By on December 11, 2017

In a visually-rich and spirited poem, called Home, the British-Somali poet Warsan Shire writes:

you have to understand,

no one puts their children in a boat

unless the water is safer than the land.

The heaviness of those words echo throughout the contemplative and heart-warming story Sharon Bala tells in The Boat People.  It is a singularly profound tale that is extremely relevant for our present times and forces us to  confront the issue of criminalizing people fleeing from unspeakable conflict and who find themselves as refugees in countries where they do not receive the warm welcome they have hoped for and expected. This is the case when a boat full of five hundred people – men, women and children -arrives on the shores of Canada seeking refugee.

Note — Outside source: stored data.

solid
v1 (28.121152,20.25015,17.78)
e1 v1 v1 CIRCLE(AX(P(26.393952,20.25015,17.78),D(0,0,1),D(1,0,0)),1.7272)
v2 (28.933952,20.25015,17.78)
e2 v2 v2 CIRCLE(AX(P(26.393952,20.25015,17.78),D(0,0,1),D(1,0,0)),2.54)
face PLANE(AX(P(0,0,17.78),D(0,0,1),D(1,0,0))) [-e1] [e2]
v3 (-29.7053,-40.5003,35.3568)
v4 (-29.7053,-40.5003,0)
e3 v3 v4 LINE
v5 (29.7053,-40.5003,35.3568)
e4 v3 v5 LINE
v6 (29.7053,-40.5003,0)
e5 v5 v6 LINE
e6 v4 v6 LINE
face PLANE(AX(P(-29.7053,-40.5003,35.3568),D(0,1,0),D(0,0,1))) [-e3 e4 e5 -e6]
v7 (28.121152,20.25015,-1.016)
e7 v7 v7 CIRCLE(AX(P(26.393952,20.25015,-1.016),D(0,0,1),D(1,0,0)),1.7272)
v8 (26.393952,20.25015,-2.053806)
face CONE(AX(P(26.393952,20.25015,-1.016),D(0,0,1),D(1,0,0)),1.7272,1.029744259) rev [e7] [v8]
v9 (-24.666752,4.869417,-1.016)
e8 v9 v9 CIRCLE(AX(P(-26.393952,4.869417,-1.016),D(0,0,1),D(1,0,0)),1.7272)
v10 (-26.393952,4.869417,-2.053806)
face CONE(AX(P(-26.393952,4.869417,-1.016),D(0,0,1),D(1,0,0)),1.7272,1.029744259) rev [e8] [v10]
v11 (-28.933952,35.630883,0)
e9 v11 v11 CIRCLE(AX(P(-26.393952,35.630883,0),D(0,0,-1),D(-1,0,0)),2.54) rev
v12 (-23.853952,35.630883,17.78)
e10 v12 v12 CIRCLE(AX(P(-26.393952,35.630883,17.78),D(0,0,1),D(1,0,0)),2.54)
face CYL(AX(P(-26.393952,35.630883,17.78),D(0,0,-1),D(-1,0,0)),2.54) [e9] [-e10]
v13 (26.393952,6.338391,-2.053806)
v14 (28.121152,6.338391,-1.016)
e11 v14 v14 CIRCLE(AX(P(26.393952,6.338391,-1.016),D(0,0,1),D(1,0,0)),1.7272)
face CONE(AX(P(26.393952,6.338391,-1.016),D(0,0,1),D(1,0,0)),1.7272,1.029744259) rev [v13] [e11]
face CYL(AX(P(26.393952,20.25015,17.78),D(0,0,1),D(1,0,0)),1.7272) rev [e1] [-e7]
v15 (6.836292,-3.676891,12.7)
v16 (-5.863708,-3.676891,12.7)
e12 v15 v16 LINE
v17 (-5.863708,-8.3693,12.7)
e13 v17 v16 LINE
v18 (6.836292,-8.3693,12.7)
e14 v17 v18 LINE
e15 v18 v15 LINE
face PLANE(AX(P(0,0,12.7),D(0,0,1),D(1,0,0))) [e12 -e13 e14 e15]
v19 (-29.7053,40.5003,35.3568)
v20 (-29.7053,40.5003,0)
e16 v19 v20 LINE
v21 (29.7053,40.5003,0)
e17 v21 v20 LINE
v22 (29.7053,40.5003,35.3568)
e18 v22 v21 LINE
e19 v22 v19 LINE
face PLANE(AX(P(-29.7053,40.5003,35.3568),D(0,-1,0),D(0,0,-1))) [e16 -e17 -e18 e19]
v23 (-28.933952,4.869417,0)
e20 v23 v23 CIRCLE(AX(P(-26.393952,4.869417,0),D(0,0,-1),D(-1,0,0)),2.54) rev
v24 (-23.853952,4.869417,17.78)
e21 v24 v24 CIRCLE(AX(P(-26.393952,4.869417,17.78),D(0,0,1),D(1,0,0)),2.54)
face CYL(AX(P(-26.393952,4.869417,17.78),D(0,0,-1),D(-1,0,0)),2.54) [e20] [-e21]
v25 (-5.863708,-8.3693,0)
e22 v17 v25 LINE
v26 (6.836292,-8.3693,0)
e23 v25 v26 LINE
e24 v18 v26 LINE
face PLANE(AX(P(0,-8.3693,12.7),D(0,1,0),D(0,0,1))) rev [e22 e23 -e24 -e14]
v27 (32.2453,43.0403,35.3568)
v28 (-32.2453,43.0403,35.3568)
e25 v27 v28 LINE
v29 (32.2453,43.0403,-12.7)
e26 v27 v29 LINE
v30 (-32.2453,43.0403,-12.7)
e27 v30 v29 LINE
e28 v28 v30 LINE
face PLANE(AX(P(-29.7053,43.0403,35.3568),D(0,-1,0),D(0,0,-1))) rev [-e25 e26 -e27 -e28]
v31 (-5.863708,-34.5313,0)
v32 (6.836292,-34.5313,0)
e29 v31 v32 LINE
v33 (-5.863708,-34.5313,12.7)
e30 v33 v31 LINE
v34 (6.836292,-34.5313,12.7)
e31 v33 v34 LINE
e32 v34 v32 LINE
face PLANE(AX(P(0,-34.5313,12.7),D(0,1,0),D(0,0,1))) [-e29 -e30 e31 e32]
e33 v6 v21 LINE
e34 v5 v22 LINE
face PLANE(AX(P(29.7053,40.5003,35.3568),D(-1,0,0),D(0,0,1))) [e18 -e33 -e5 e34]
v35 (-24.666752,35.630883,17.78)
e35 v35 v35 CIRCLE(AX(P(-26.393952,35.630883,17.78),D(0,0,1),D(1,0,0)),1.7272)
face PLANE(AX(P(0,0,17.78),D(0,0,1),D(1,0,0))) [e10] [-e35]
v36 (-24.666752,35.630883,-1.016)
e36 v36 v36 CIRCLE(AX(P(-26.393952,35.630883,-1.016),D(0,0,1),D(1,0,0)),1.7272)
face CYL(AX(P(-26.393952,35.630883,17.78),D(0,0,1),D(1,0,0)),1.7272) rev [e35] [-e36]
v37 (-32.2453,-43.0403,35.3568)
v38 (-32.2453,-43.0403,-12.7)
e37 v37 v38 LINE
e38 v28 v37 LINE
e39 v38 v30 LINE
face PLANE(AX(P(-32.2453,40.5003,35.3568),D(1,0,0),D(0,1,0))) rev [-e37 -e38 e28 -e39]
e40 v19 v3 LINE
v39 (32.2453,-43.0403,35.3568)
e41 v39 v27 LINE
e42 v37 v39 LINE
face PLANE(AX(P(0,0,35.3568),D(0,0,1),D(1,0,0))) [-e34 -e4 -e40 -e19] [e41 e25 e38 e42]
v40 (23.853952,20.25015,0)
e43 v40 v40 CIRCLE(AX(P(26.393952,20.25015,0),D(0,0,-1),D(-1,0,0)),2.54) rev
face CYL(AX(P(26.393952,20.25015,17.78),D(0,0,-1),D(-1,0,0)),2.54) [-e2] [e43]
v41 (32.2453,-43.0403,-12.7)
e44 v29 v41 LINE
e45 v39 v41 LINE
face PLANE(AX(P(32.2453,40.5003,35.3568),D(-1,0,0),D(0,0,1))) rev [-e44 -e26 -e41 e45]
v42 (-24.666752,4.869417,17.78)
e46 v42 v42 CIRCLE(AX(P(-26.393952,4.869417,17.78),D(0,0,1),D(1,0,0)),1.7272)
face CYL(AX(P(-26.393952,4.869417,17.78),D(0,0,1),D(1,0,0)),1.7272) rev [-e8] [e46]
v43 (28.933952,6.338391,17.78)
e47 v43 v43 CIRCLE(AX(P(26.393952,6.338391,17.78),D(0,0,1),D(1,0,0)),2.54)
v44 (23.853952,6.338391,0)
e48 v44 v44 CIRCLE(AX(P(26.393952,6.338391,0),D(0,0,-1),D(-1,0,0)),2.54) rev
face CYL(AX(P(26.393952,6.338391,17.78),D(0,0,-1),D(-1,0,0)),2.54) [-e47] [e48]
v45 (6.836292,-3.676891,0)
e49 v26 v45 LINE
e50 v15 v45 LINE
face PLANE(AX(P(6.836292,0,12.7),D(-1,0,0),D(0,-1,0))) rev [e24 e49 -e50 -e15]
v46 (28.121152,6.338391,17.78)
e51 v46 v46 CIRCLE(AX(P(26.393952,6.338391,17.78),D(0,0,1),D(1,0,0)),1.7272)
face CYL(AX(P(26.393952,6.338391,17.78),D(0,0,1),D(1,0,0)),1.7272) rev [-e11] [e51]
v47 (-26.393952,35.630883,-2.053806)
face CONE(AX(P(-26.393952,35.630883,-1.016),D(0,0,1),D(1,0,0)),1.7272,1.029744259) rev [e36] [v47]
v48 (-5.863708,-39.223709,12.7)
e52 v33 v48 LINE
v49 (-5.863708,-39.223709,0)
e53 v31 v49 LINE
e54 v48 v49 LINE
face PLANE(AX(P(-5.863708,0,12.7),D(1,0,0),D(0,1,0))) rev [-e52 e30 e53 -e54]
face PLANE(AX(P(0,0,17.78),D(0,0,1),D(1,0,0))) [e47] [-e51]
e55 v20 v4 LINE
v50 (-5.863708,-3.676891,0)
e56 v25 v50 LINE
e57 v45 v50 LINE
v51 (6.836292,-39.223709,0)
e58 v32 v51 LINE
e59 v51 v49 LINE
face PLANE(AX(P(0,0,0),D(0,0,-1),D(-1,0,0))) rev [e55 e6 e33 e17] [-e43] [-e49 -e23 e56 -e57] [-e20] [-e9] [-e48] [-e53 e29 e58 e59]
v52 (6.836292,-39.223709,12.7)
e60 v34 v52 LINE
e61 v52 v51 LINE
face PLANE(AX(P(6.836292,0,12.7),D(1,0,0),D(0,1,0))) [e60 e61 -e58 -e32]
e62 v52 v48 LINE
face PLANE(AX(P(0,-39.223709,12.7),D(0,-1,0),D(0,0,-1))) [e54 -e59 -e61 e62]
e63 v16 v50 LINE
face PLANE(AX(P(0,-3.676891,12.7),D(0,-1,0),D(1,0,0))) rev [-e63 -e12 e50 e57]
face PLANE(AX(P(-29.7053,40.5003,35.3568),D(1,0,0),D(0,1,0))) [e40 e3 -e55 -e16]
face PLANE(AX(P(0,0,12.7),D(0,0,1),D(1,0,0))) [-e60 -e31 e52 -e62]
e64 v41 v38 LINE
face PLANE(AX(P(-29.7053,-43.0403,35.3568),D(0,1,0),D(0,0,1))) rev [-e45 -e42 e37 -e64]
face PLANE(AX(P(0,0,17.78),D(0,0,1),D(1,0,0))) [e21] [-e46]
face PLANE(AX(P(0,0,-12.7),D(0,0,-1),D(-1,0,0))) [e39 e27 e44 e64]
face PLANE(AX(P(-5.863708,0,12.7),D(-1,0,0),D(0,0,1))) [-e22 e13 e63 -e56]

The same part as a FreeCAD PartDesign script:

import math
import FreeCAD as App
import Part
import Sketcher
Q = App.Units.Quantity


def add_polygon(sketch, points):
    """Adds a closed chain of lines whose ends are joined by coincident constraints."""
    first, n = sketch.GeometryCount, len(points)
    for a, b in zip(points, points[1:] + points[:1]):
        sketch.addGeometry(Part.LineSegment(App.Vector(*a, 0), App.Vector(*b, 0)), False)
    for i in range(n):
        sketch.addConstraint(Sketcher.Constraint("Coincident", first + i, 2, first + (i + 1) % n, 1))

doc = App.newDocument("Part")
params = doc.addObject("Spreadsheet::Sheet", "Params")
for row, (alias, value) in enumerate([
    ("sketch1_width", "2.539 in"),
    ("sketch1_height", "3.389 in"),
    ("pad1_length", "1.392 in"),
    ("sketch2_width", "2.539 in"),
    ("sketch2_height", "3.389 in"),
    ("pad2_length", "0.5 in"),
    ("sketch3_width", "0.5 in"),
    ("pad3_length", "0.5 in"),
    ("sketch4_radius", "0.1 in"),
    ("pad4_length", "0.7 in"),
    ("sketch5_diameter", "0.136 in"),
    ("hole_diameter", "0.136 in"),
    ("hole_depth", "0.74 in"),
], start=1):
    params.set(f"A{row}", alias)
    params.set(f"B{row}", "=" + value)
    params.setAlias(f"B{row}", alias)

body = doc.addObject("PartDesign::Body", "Body")

# Sketch on XY plane
sketch1 = body.newObject("Sketcher::SketchObject", "Sketch")
sketch1.AttachmentSupport = (doc.getObject("XY_Plane"), [""])
sketch1.MapMode = "FlatFace"
add_polygon(sketch1, [(-32, 43), (-32, -43), (32, -43), (32, 43)])  # lines 0-3
add_polygon(sketch1, [(30, -41), (-30, -41), (-30, 41), (30, 41)])  # lines 4-7
sketch1.addConstraint(Sketcher.Constraint("Vertical", 0))
sketch1.addConstraint(Sketcher.Constraint("Horizontal", 1))
sketch1.addConstraint(Sketcher.Constraint("Vertical", 2))
sketch1.addConstraint(Sketcher.Constraint("Horizontal", 3))
sketch1.addConstraint(Sketcher.Constraint("Horizontal", 4))
sketch1.addConstraint(Sketcher.Constraint("Vertical", 5))
sketch1.addConstraint(Sketcher.Constraint("Horizontal", 6))
sketch1.addConstraint(Sketcher.Constraint("Vertical", 7))
sketch1.addConstraint(Sketcher.Constraint("Symmetric", 0, 2, 2, 2, -1, 1))
sketch1.addConstraint(Sketcher.Constraint("Symmetric", 4, 2, 6, 2, -1, 1))
sketch1.addConstraint(Sketcher.Constraint("DistanceX", 0, 2, 4, 2, Q("0.1 in")))
sketch1.addConstraint(Sketcher.Constraint("DistanceY", 0, 2, 4, 2, Q("0.1 in")))
sketch1.addConstraint(Sketcher.Constraint("DistanceX", 1, 1, 1, 2, Q("2.539 in")))
sketch1.addConstraint(Sketcher.Constraint("DistanceY", 0, 2, 0, 1, Q("3.389 in")))
sketch1.setExpression("Constraints[20]", "Params.sketch1_width")
sketch1.setExpression("Constraints[21]", "Params.sketch1_height")
pad1 = body.newObject("PartDesign::Pad", "Pad")
pad1.Profile = sketch1
pad1.setExpression("Length", "Params.pad1_length")

# Sketch on XY plane
sketch2 = body.newObject("Sketcher::SketchObject", "Sketch001")
sketch2.AttachmentSupport = (doc.getObject("XY_Plane"), [""])
sketch2.MapMode = "FlatFace"
add_polygon(sketch2, [(32, 43), (32, -43), (-32, -43), (-32, 43)])  # lines 0-3
sketch2.addConstraint(Sketcher.Constraint("Vertical", 0))
sketch2.addConstraint(Sketcher.Constraint("Horizontal", 1))
sketch2.addConstraint(Sketcher.Constraint("Vertical", 2))
sketch2.addConstraint(Sketcher.Constraint("Horizontal", 3))
sketch2.addConstraint(Sketcher.Constraint("Symmetric", 0, 2, 2, 2, -1, 1))
sketch2.addConstraint(Sketcher.Constraint("DistanceX", 1, 2, 1, 1, Q("2.539 in")))
sketch2.addConstraint(Sketcher.Constraint("DistanceY", 0, 2, 0, 1, Q("3.389 in")))
sketch2.setExpression("Constraints[9]", "Params.sketch2_width")
sketch2.setExpression("Constraints[10]", "Params.sketch2_height")
pad2 = body.newObject("PartDesign::Pad", "Pad001")
pad2.Profile = sketch2
pad2.setExpression("Length", "Params.pad2_length")
pad2.Reversed = True

# Sketch on XY plane
sketch3 = body.newObject("Sketcher::SketchObject", "Sketch002")
sketch3.AttachmentSupport = (doc.getObject("XY_Plane"), [""])
sketch3.MapMode = "FlatFace"
add_polygon(sketch3, [(-5.9, -3.7), (-5.9, -8.4), (6.8, -8.4), (6.8, -3.7)])  # lines 0-3
add_polygon(sketch3, [(-5.9, -34.5), (-5.9, -39.2), (6.8, -39.2), (6.8, -34.5)])  # lines 4-7
sketch3.addConstraint(Sketcher.Constraint("Vertical", 0))
sketch3.addConstraint(Sketcher.Constraint("Horizontal", 1))
sketch3.addConstraint(Sketcher.Constraint("Vertical", 2))
sketch3.addConstraint(Sketcher.Constraint("Horizontal", 3))
sketch3.addConstraint(Sketcher.Constraint("Vertical", 4))
sketch3.addConstraint(Sketcher.Constraint("Horizontal", 5))
sketch3.addConstraint(Sketcher.Constraint("Vertical", 6))
sketch3.addConstraint(Sketcher.Constraint("Horizontal", 7))
sketch3.addConstraint(Sketcher.Constraint("Vertical", 3, 2, 4, 2))
sketch3.addConstraint(Sketcher.Constraint("Vertical", 2, 2, 5, 2))
sketch3.addConstraint(Sketcher.Constraint("Equal", 2, 4))
sketch3.addConstraint(Sketcher.Constraint("DistanceX", 1, 1, 1, 2, Q("0.5 in")))
sketch3.addConstraint(Sketcher.Constraint("DistanceY", 6, 2, 1, 2, Q("1.03 in")))
sketch3.addConstraint(Sketcher.Constraint("DistanceY", 0, 2, -1, 1, Q("0.3295 in")))
sketch3.addConstraint(Sketcher.Constraint("DistanceY", 0, 2, 0, 1, 4.692409))
sketch3.addConstraint(Sketcher.Constraint("DistanceX", 0, 2, -1, 1, 5.863708))
sketch3.setExpression("Constraints[19]", "Params.sketch3_width")
pad3 = body.newObject("PartDesign::Pad", "Pad002")
pad3.Profile = sketch3
pad3.setExpression("Length", "Params.pad3_length")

Among them are Mahindan and his young son Sellian. An upright and steadfastly decent man, Mahindan is still grieving the loss of his dearly beloved wife, whom we are introduced to in a series of poignant and charming flashbacks woven throughout the story. It is the determination to give their son a chance at a life ‘uncircumscribed by war’ that fuels his drive throughout the story. For the Canadians who receive the refugees, their empathy must be measured with the cautious suspicion that nestled within this large number of people, could be terrorists who are seeking to unleash violence on their shores and disrupt the peace of the society that they are coming into. With prose of immeasurable simplicity, Ms. Bala delivers a gift from the heart. She effortlessly gives a human face to what many news reports have reduced to numbers and statistics s and dives into the complexity of the situations that refugees are fleeing from and what compels them to make the harrowing decision to make a perilous sea voyage to safety. And while it is a fictional tale, so much of this is anchored in our present day reality that it is difficult to ignore the real life events that undoubtedly influenced this story.